理论上,2 个字节不足以表示每个 Unicode 代码点,但足以容纳我们现在可能关心的任何内容。真正的 UNICODE 字符串表示可以将每个字符存储在 4 个字节中,但我们并不关心这些语言。
Imagine 1000 years from now when we find friendly aliens and in abundance and want to communicate with them incorporating their countless languages. A single unicode character size will grow further perhaps to 8 bytes to accommodate all their code points. It doesn't mean we should start using 8 bytes for each unicode character now. Memory is limited resource, we allocate what what we need.
想象一下 1000 年后,当我们发现友好的外星人并且数量众多,并希望与他们使用无数语言进行交流时。单个 unicode 字符大小可能会进一步增长到 8 个字节,以容纳它们的所有代码点。这并不意味着我们现在应该开始为每个 unicode 字符使用 8 个字节。内存是有限的资源,我们分配我们需要的。
Can I handle UNICODE string as C Style string?
我可以将 UNICODE 字符串作为 C 样式字符串处理吗?
In C++ an ASCII strings could still be handled in C++ and that's fairly common by grabbing it by its char * pointer where C functions can be applied. However applying current C style string functions on a UNICODE string will not make any sense because it could have a single NULL bytes in it which terminates a C string.
在 C++ 中,仍然可以在 C++ 中处理 ASCII 字符串,通过可以应用 C 函数的 char * 指针抓取它是相当常见的。但是,在 UNICODE 字符串上应用当前的 C 样式字符串函数没有任何意义,因为它可能有一个 NULL 字节来终止 C 字符串。
A UNICODE string is no longer a plain buffer of text, well it is but now more complicated than a stream of single byte characters terminating with a NULL byte.
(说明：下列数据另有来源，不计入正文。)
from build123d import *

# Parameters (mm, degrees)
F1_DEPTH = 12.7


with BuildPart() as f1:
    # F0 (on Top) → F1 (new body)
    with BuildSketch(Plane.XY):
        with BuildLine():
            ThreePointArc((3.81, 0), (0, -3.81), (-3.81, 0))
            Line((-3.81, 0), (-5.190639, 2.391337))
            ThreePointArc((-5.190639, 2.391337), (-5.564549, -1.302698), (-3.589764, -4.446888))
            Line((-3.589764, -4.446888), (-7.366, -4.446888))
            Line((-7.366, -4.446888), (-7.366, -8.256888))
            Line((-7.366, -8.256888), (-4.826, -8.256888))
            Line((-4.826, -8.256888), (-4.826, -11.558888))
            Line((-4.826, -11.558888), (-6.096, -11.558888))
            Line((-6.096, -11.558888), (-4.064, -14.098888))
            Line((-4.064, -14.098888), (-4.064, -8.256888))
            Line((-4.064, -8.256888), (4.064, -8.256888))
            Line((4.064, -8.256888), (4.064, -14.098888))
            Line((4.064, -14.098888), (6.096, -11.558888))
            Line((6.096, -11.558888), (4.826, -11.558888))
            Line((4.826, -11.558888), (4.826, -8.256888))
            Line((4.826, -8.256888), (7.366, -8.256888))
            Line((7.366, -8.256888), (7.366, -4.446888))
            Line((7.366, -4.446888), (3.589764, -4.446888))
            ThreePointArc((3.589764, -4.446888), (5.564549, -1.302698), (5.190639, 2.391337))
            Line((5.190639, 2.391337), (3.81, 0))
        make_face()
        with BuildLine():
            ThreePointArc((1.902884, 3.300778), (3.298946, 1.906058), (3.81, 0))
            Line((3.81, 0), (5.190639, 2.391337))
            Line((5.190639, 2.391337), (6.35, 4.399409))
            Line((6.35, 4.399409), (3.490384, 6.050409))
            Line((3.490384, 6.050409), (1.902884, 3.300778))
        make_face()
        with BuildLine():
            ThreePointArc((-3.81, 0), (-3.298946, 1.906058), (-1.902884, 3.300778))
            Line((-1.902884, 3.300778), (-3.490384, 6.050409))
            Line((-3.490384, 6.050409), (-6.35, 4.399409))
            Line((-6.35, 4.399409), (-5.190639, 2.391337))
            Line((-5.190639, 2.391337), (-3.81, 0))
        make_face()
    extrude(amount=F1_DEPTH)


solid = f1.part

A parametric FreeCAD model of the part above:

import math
import FreeCAD as App
import Part
import Sketcher

V = App.Vector
Q = App.Units.Quantity

doc = App.newDocument("Part")
body = doc.addObject("PartDesign::Body", "Body")

# Sketch on XY plane
sketch1 = body.newObject("Sketcher::SketchObject", "Sketch")
sketch1.AttachmentSupport = (doc.getObject("XY_Plane"), [""])
sketch1.MapMode = "FlatFace"
sketch1.addGeometry(Part.ArcOfCircle(Part.Circle(V(0, 0, 0), V(0, 0, 1), 3.8), math.radians(180), math.radians(360)), False)
sketch1.addGeometry(Part.ArcOfCircle(Part.Circle(V(0, 0, 0), V(0, 0, 1), 3.8), math.radians(120), math.radians(180)), False)
sketch1.addGeometry(Part.LineSegment(V(-1.9, 3.3, 0), V(-3.5, 6.1, 0)), False)
sketch1.addGeometry(Part.LineSegment(V(-3.5, 6.1, 0), V(-6.3, 4.4, 0)), False)
sketch1.addGeometry(Part.LineSegment(V(-6.3, 4.4, 0), V(-5.2, 2.4, 0)), False)
sketch1.addGeometry(Part.ArcOfCircle(Part.Circle(V(0, 0, 0), V(0, 0, 1), 5.7), math.radians(155), math.radians(231)), False)
sketch1.addGeometry(Part.LineSegment(V(-3.6, -4.4, 0), V(-7.4, -4.4, 0)), False)
sketch1.addGeometry(Part.LineSegment(V(-7.4, -4.4, 0), V(-7.4, -8.3, 0)), False)
sketch1.addGeometry(Part.LineSegment(V(-7.4, -8.3, 0), V(-4.8, -8.3, 0)), False)
sketch1.addGeometry(Part.LineSegment(V(-4.8, -8.3, 0), V(-4.8, -11.6, 0)), False)
sketch1.addGeometry(Part.LineSegment(V(-4.8, -11.6, 0), V(-6.1, -11.6, 0)), False)
sketch1.addGeometry(Part.LineSegment(V(-6.1, -11.6, 0), V(-4.1, -14.1, 0)), False)
sketch1.addGeometry(Part.LineSegment(V(-4.1, -14.1, 0), V(-4.1, -8.3, 0)), False)
sketch1.addGeometry(Part.LineSegment(V(-4.1, -8.3, 0), V(4.1, -8.3, 0)), False)
sketch1.addGeometry(Part.LineSegment(V(4.1, -8.3, 0), V(4.1, -14.1, 0)), False)
sketch1.addGeometry(Part.LineSegment(V(4.1, -14.1, 0), V(6.1, -11.6, 0)), False)
sketch1.addGeometry(Part.LineSegment(V(6.1, -11.6, 0), V(4.8, -11.6, 0)), False)
sketch1.addGeometry(Part.LineSegment(V(4.8, -11.6, 0), V(4.8, -8.3, 0)), False)
sketch1.addGeometry(Part.LineSegment(V(4.8, -8.3, 0), V(7.4, -8.3, 0)), False)
sketch1.addGeometry(Part.LineSegment(V(7.4, -8.3, 0), V(7.4, -4.4, 0)), False)
sketch1.addGeometry(Part.LineSegment(V(7.4, -4.4, 0), V(3.6, -4.4, 0)), False)
sketch1.addGeometry(Part.ArcOfCircle(Part.Circle(V(0, 0, 0), V(0, 0, 1), 5.7), math.radians(-51), math.radians(25)), False)
sketch1.addGeometry(Part.LineSegment(V(5.2, 2.4, 0), V(6.3, 4.4, 0)), False)
sketch1.addGeometry(Part.LineSegment(V(6.3, 4.4, 0), V(3.5, 6.1, 0)), False)
sketch1.addGeometry(Part.LineSegment(V(3.5, 6.1, 0), V(1.9, 3.3, 0)), False)
sketch1.addGeometry(Part.ArcOfCircle(Part.Circle(V(0, 0, 0), V(0, 0, 1), 3.8), math.radians(0), math.radians(60)), False)
sketch1.addConstraint(Sketcher.Constraint("Tangent", 0, 1, 1, 2))
sketch1.addConstraint(Sketcher.Constraint("Coincident", 1, 1, 2, 1))
sketch1.addConstraint(Sketcher.Constraint("Coincident", 2, 2, 3, 1))
sketch1.addConstraint(Sketcher.Constraint("Coincident", 3, 2, 4, 1))
sketch1.addConstraint(Sketcher.Constraint("Coincident", 4, 2, 5, 1))
sketch1.addConstraint(Sketcher.Constraint("Coincident", 5, 2, 6, 1))
sketch1.addConstraint(Sketcher.Constraint("Coincident", 6, 2, 7, 1))
sketch1.addConstraint(Sketcher.Constraint("Coincident", 7, 2, 8, 1))
sketch1.addConstraint(Sketcher.Constraint("Coincident", 8, 2, 9, 1))
sketch1.addConstraint(Sketcher.Constraint("Coincident", 9, 2, 10, 1))
sketch1.addConstraint(Sketcher.Constraint("Coincident", 10, 2, 11, 1))
sketch1.addConstraint(Sketcher.Constraint("Coincident", 11, 2, 12, 1))
sketch1.addConstraint(Sketcher.Constraint("Coincident", 12, 2, 13, 1))
sketch1.addConstraint(Sketcher.Constraint("Coincident", 13, 2, 14, 1))
sketch1.addConstraint(Sketcher.Constraint("Coincident", 14, 2, 15, 1))
sketch1.addConstraint(Sketcher.Constraint("Coincident", 15, 2, 16, 1))
sketch1.addConstraint(Sketcher.Constraint("Coincident", 16, 2, 17, 1))
sketch1.addConstraint(Sketcher.Constraint("Coincident", 17, 2, 18, 1))
sketch1.addConstraint(Sketcher.Constraint("Coincident", 18, 2, 19, 1))
sketch1.addConstraint(Sketcher.Constraint("Coincident", 19, 2, 20, 1))
sketch1.addConstraint(Sketcher.Constraint("Coincident", 20, 2, 21, 1))
sketch1.addConstraint(Sketcher.Constraint("Coincident", 21, 2, 22, 1))
sketch1.addConstraint(Sketcher.Constraint("Coincident", 22, 2, 23, 1))
sketch1.addConstraint(Sketcher.Constraint("Coincident", 23, 2, 24, 1))
sketch1.addConstraint(Sketcher.Constraint("Coincident", 24, 2, 25, 2))
sketch1.addConstraint(Sketcher.Constraint("Tangent", 25, 1, 0, 2))
sketch1.addConstraint(Sketcher.Constraint("Horizontal", 6))
sketch1.addConstraint(Sketcher.Constraint("Vertical", 7))
sketch1.addConstraint(Sketcher.Constraint("Horizontal", 8))
sketch1.addConstraint(Sketcher.Constraint("Vertical", 9))
sketch1.addConstraint(Sketcher.Constraint("Horizontal", 10))
sketch1.addConstraint(Sketcher.Constraint("Vertical", 12))
sketch1.addConstraint(Sketcher.Constraint("Horizontal", 13))
sketch1.addConstraint(Sketcher.Constraint("Vertical", 14))
sketch1.addConstraint(Sketcher.Constraint("Horizontal", 16))
sketch1.addConstraint(Sketcher.Constraint("Vertical", 17))
sketch1.addConstraint(Sketcher.Constraint("Horizontal", 18))
sketch1.addConstraint(Sketcher.Constraint("Vertical", 19))
sketch1.addConstraint(Sketcher.Constraint("Horizontal", 20))
sketch1.addConstraint(Sketcher.Constraint("Coincident", 0, 3, -1, 1))
sketch1.addConstraint(Sketcher.Constraint("Coincident", 5, 3, -1, 1))
sketch1.addConstraint(Sketcher.Constraint("Coincident", 21, 3, -1, 1))
sketch1.addConstraint(Sketcher.Constraint("Equal", 0, 1))
sketch1.addConstraint(Sketcher.Constraint("Equal", 5, 21))
sketch1.addConstraint(Sketcher.Constraint("Equal", 1, 25))
sketch1.addConstraint(Sketcher.Constraint("Symmetric", 11, 2, 14, 2, -2))
sketch1.addConstraint(Sketcher.Constraint("Symmetric", 10, 2, 15, 2, -2))
sketch1.addConstraint(Sketcher.Constraint("Symmetric", 8, 2, 17, 2, -2))
sketch1.addConstraint(Sketcher.Constraint("Symmetric", 6, 2, 19, 2, -2))
sketch1.addConstraint(Sketcher.Constraint("Symmetric", 3, 2, 22, 2, -2))
sketch1.addConstraint(Sketcher.Constraint("Symmetric", 2, 2, 23, 2, -2))
sketch1.addConstraint(Sketcher.Constraint("PointOnObject", 0, 1, -1))
sketch1.addConstraint(Sketcher.Constraint("PointOnObject", 25, 1, -1))
sketch1.addConstraint(Sketcher.Constraint("Perpendicular", 2, 3))
sketch1.addConstraint(Sketcher.Constraint("Perpendicular", 3, 4))
sketch1.addConstraint(Sketcher.Constraint("Perpendicular", 22, 23))
sketch1.addConstraint(Sketcher.Constraint("Perpendicular", 23, 24))
sketch1.addConstraint(Sketcher.Constraint("Horizontal", 8, 2, 12, 2))
sketch1.addConstraint(Sketcher.Constraint("Radius", 0, Q("0.15 in")))
sketch1.addConstraint(Sketcher.Constraint("DistanceX", 8, 1, 8, 2, Q("0.1 in")))
sketch1.addConstraint(Sketcher.Constraint("Angle", 2, Q("119.999997 deg")))
sketch1.addConstraint(Sketcher.Constraint("Radius", 5, Q("0.2249999 in")))
sketch1.addConstraint(Sketcher.Constraint("DistanceX", 10, 2, 10, 1, Q("0.05 in")))
sketch1.addConstraint(Sketcher.Constraint("DistanceX", 13, 1, 13, 2, Q("0.32 in")))
sketch1.addConstraint(Sketcher.Constraint("DistanceY", 7, 2, 7, 1, Q("0.15 in")))
sketch1.addConstraint(Sketcher.Constraint("DistanceY", 9, 2, 9, 1, Q("0.13 in")))
sketch1.addConstraint(Sketcher.Constraint("DistanceY", 12, 1, 12, 2, Q("0.23 in")))
sketch1.addConstraint(Sketcher.Constraint("DistanceX", 3, 2, 0, 1, Q("0.1 in")))
sketch1.addConstraint(Sketcher.Constraint("DistanceX", 10, 2, 14, 2, Q("0.4 in")))
sketch1.addConstraint(Sketcher.Constraint("Distance", 3, Q("0.13 in")))
sketch1.addConstraint(Sketcher.Constraint("Distance", 2, Q("0.125 in")))
sketch1.addConstraint(Sketcher.Constraint("DistanceX", 6, 2, 6, 1, Q("3.776236 mm")))
pad1 = body.newObject("PartDesign::Pad", "Pad")
pad1.Profile = sketch1
pad1.Length = Q("0.5 in")

doc.recompute()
This buffer could be handled by its pointer even in C but it will require a UNICODE compatible calls or a C library which could than read and write those strings and perform operations.
UNICODE 字符串不再是纯文本缓冲区,但现在它比以 NULL 字节结尾的单字节字符流更复杂。即使在 C 中,这个缓冲区也可以由它的指针处理,但它需要一个 UNICODE 兼容调用或一个 C 库,它可以读取和写入这些字符串并执行操作。
This is made easier in C++ with a specialized class that represents a UNICODE string. This class handles complexity of the unicode string buffer and provide an easy interface. This class also decides if each character of the unicode string is 2 bytes or more – these are implementation details. Today it may use wchar_t (2 bytes) but tomorrow it may use 4 bytes for each character to support more (less known) language. This is why it is always better to use TCHAR than a fixed size which maps to the right size when implementation changes.
这在 C++ 中使用表示 UNICODE 字符串的专用类变得更容易。此类处理 unicode 字符串缓冲区的复杂性并提供简单的接口。此类还决定 unicode 字符串的每个字符是否为 2 个字节或更多——这些是实现细节。今天它可能使用 wchar_t(2 个字节),但明天它可能为每个字符使用 4 个字节以支持更多(鲜为人知)的语言。这就是为什么使用 TCHAR 总是比固定大小更好的原因,固定大小在实现更改时映射到正确的大小。
How do I index a UNICODE string?
如何索引 UNICODE 字符串?
It is also worth noting and particularly in C style handling of strings that they use index to traverse or find sub string in a string. This index in ASCII string directly corresponded to the position of item in that string but it has no meaning in a UNICODE string and should be avoided.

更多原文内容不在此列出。